This plan presents the company’s offer, competitive strategy, operational model, management structure, and a complete 5-year financial projection aligned to an authoritative financial model. It also details the funding requested to cover startup requirements and the first phase of operations, ensuring the business can scale guard coverage without cash pressure.
Executive Summary
Harare Sentinel Facilities Protection Services (“Harare Sentinel”) is establishing itself as a high-accountability facilities protection services provider in Zimbabwe, headquartered in Harare, Zimbabwe, operating primarily across Harare and surrounding districts. The business’s purpose is straightforward: to protect facilities and the people working inside them from the real-world consequences of unsecured premises, including theft, vandalism, loss of assets, and avoidable safety incidents.
The problem and solution
Across Zimbabwe’s commercial and industrial environment, many facilities face security weaknesses such as inconsistent patrol coverage, slow or unclear escalation when incidents occur, and incomplete reporting. These weaknesses affect warehouses, factories, logistics parks, retail chains, schools, and health facilities by increasing loss exposure and undermining staff confidence. Harare Sentinel addresses these issues through a protection model that is not merely “guards present,” but guards managed with supervision discipline, risk routines, and structured reporting.

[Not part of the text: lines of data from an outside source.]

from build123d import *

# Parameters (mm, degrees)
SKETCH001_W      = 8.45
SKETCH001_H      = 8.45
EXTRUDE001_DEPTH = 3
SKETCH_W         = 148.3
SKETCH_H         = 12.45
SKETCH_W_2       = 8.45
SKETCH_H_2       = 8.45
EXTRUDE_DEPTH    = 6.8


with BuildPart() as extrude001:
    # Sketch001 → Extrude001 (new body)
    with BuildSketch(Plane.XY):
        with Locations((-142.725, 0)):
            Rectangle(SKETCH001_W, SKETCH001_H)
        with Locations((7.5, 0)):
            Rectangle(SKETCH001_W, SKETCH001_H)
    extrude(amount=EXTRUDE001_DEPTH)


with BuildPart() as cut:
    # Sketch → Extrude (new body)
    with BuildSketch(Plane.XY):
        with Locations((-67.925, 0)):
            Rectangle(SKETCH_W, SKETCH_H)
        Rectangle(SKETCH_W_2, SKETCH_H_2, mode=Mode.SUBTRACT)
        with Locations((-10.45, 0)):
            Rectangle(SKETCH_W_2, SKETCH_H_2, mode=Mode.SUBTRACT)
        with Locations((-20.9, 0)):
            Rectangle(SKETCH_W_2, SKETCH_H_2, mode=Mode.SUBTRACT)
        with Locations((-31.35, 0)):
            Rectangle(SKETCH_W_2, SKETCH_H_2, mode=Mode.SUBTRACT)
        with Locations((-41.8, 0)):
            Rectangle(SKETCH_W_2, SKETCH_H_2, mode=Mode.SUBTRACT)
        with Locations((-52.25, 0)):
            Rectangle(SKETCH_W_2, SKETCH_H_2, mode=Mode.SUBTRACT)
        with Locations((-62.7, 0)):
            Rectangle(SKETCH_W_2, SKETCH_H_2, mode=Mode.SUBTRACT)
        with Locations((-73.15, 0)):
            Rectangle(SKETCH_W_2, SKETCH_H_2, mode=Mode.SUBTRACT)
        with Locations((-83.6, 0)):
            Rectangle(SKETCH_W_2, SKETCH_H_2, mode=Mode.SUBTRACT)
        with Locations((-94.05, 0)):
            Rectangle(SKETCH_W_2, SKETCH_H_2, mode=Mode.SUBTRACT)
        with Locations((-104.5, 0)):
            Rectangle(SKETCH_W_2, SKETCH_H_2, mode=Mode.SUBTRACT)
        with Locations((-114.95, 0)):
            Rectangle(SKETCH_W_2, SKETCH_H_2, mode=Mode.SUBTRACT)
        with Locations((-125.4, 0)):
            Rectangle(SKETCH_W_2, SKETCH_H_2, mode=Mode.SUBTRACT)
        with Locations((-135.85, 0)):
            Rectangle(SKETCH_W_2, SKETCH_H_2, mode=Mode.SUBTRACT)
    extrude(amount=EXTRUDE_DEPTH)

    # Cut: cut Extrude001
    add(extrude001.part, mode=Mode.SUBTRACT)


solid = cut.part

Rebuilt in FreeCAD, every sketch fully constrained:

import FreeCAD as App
import Part
import Sketcher
Q = App.Units.Quantity

doc = App.newDocument("Part")
params = doc.addObject("Spreadsheet::Sheet", "Params")
for row, (alias, value) in enumerate([
    ("sketch1_width", "8.45 mm"),
    ("pad1_length", "3 mm"),
    ("sketch2_width", "148.3 mm"),
    ("pad2_length", "6.8 mm"),
], start=1):
    params.set(f"A{row}", alias)
    params.set(f"B{row}", "=" + value)
    params.setAlias(f"B{row}", alias)

body = doc.addObject("PartDesign::Body", "Body")
body.AllowCompound = True

sketch1 = body.newObject("Sketcher::SketchObject", "Sketch")
sketch1.AttachmentSupport = (doc.getObject("XY_Plane"), [""])
sketch1.MapMode = "FlatFace"
sketch1.addGeometry(Part.LineSegment(App.Vector(-147, 4, 0), App.Vector(-147, -4, 0)), False)
sketch1.addGeometry(Part.LineSegment(App.Vector(-147, -4, 0), App.Vector(-138, -4, 0)), False)
sketch1.addGeometry(Part.LineSegment(App.Vector(-138, -4, 0), App.Vector(-138, 4, 0)), False)
sketch1.addGeometry(Part.LineSegment(App.Vector(-138, 4, 0), App.Vector(-147, 4, 0)), False)
sketch1.addGeometry(Part.LineSegment(App.Vector(3, 4, 0), App.Vector(3, -4, 0)), False)
sketch1.addGeometry(Part.LineSegment(App.Vector(3, -4, 0), App.Vector(12, -4, 0)), False)
sketch1.addGeometry(Part.LineSegment(App.Vector(12, -4, 0), App.Vector(12, 4, 0)), False)
sketch1.addGeometry(Part.LineSegment(App.Vector(12, 4, 0), App.Vector(3, 4, 0)), False)
sketch1.addConstraint(Sketcher.Constraint("Coincident", 0, 2, 1, 1))
sketch1.addConstraint(Sketcher.Constraint("Coincident", 1, 2, 2, 1))
sketch1.addConstraint(Sketcher.Constraint("Coincident", 2, 2, 3, 1))
sketch1.addConstraint(Sketcher.Constraint("Coincident", 3, 2, 0, 1))
sketch1.addConstraint(Sketcher.Constraint("Coincident", 4, 2, 5, 1))
sketch1.addConstraint(Sketcher.Constraint("Coincident", 5, 2, 6, 1))
sketch1.addConstraint(Sketcher.Constraint("Coincident", 6, 2, 7, 1))
sketch1.addConstraint(Sketcher.Constraint("Coincident", 7, 2, 4, 1))
sketch1.addConstraint(Sketcher.Constraint("Vertical", 0))
sketch1.addConstraint(Sketcher.Constraint("Horizontal", 1))
sketch1.addConstraint(Sketcher.Constraint("Vertical", 2))
sketch1.addConstraint(Sketcher.Constraint("Horizontal", 3))
sketch1.addConstraint(Sketcher.Constraint("Vertical", 4))
sketch1.addConstraint(Sketcher.Constraint("Horizontal", 5))
sketch1.addConstraint(Sketcher.Constraint("Vertical", 6))
sketch1.addConstraint(Sketcher.Constraint("Horizontal", 7))
sketch1.addConstraint(Sketcher.Constraint("Horizontal", 1, 2, 4, 2))
sketch1.addConstraint(Sketcher.Constraint("Horizontal", 3, 2, 6, 2))
sketch1.addConstraint(Sketcher.Constraint("Equal", 3, 5))
sketch1.addConstraint(Sketcher.Constraint("Equal", 7, 0))
sketch1.addConstraint(Sketcher.Constraint("DistanceX", 1, 1, 1, 2, Q("8.45 mm")))
sketch1.addConstraint(Sketcher.Constraint("DistanceX", 1, 2, -1, 1, Q("138.5 mm")))
sketch1.addConstraint(Sketcher.Constraint("DistanceY", 0, 2, -1, 1, Q("4.225 mm")))
sketch1.addConstraint(Sketcher.Constraint("DistanceX", -1, 1, 4, 2, Q("3.275 mm")))
sketch1.setExpression("Constraints[20]", "Params.sketch1_width")
pad1 = body.newObject("PartDesign::Pad", "Pad")
pad1.Profile = sketch1
pad1.setExpression("Length", "Params.pad1_length")
body2 = doc.addObject("PartDesign::Body", "Body001")

sketch2 = body2.newObject("Sketcher::SketchObject", "Sketch001")
sketch2.AttachmentSupport = (doc.getObject("XY_Plane001"), [""])
sketch2.MapMode = "FlatFace"
sketch2.addGeometry(Part.LineSegment(App.Vector(-142, 6, 0), App.Vector(-142, -6, 0)), False)
sketch2.addGeometry(Part.LineSegment(App.Vector(-142, -6, 0), App.Vector(6, -6, 0)), False)
sketch2.addGeometry(Part.LineSegment(App.Vector(6, -6, 0), App.Vector(6, 6, 0)), False)
sketch2.addGeometry(Part.LineSegment(App.Vector(6, 6, 0), App.Vector(-142, 6, 0)), False)
sketch2.addGeometry(Part.LineSegment(App.Vector(-132, -4, 0), App.Vector(-140, -4, 0)), False)
sketch2.addGeometry(Part.LineSegment(App.Vector(-140, -4, 0), App.Vector(-140, 4, 0)), False)
sketch2.addGeometry(Part.LineSegment(App.Vector(-140, 4, 0), App.Vector(-132, 4, 0)), False)
sketch2.addGeometry(Part.LineSegment(App.Vector(-132, 4, 0), App.Vector(-132, -4, 0)), False)
sketch2.addGeometry(Part.LineSegment(App.Vector(-121, -4, 0), App.Vector(-130, -4, 0)), False)
sketch2.addGeometry(Part.LineSegment(App.Vector(-130, -4, 0), App.Vector(-130, 4, 0)), False)
sketch2.addGeometry(Part.LineSegment(App.Vector(-130, 4, 0), App.Vector(-121, 4, 0)), False)
sketch2.addGeometry(Part.LineSegment(App.Vector(-121, 4, 0), App.Vector(-121, -4, 0)), False)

The solution is built around:
- 24/7 on-site guarding with defined shift structures.
- Access control setup and upgrade support, plus documentation add-ons tied to client processes.
- Patrol and guard routines designed around site-specific risks.
- Incident response and escalation supported by a call-out mechanism and documented reporting.
Business model and revenue streams
Harare Sentinel’s revenue is based on:
- Monthly guarding retainers calculated by contracted guard shift coverage.
- Access control consults and documentation add-ons, using an average monthly USD 600 per active client bundle.
- Armed response call-outs modeled at an average of 5 per month.
- Once-off access control setup/upgrade fees, with 2 projects in the first 12 months.
- Multi-site bundled revenue and other protection services included in retainers, ensuring Year 1 total revenue is achieved through realistic retention coverage and bundled service components.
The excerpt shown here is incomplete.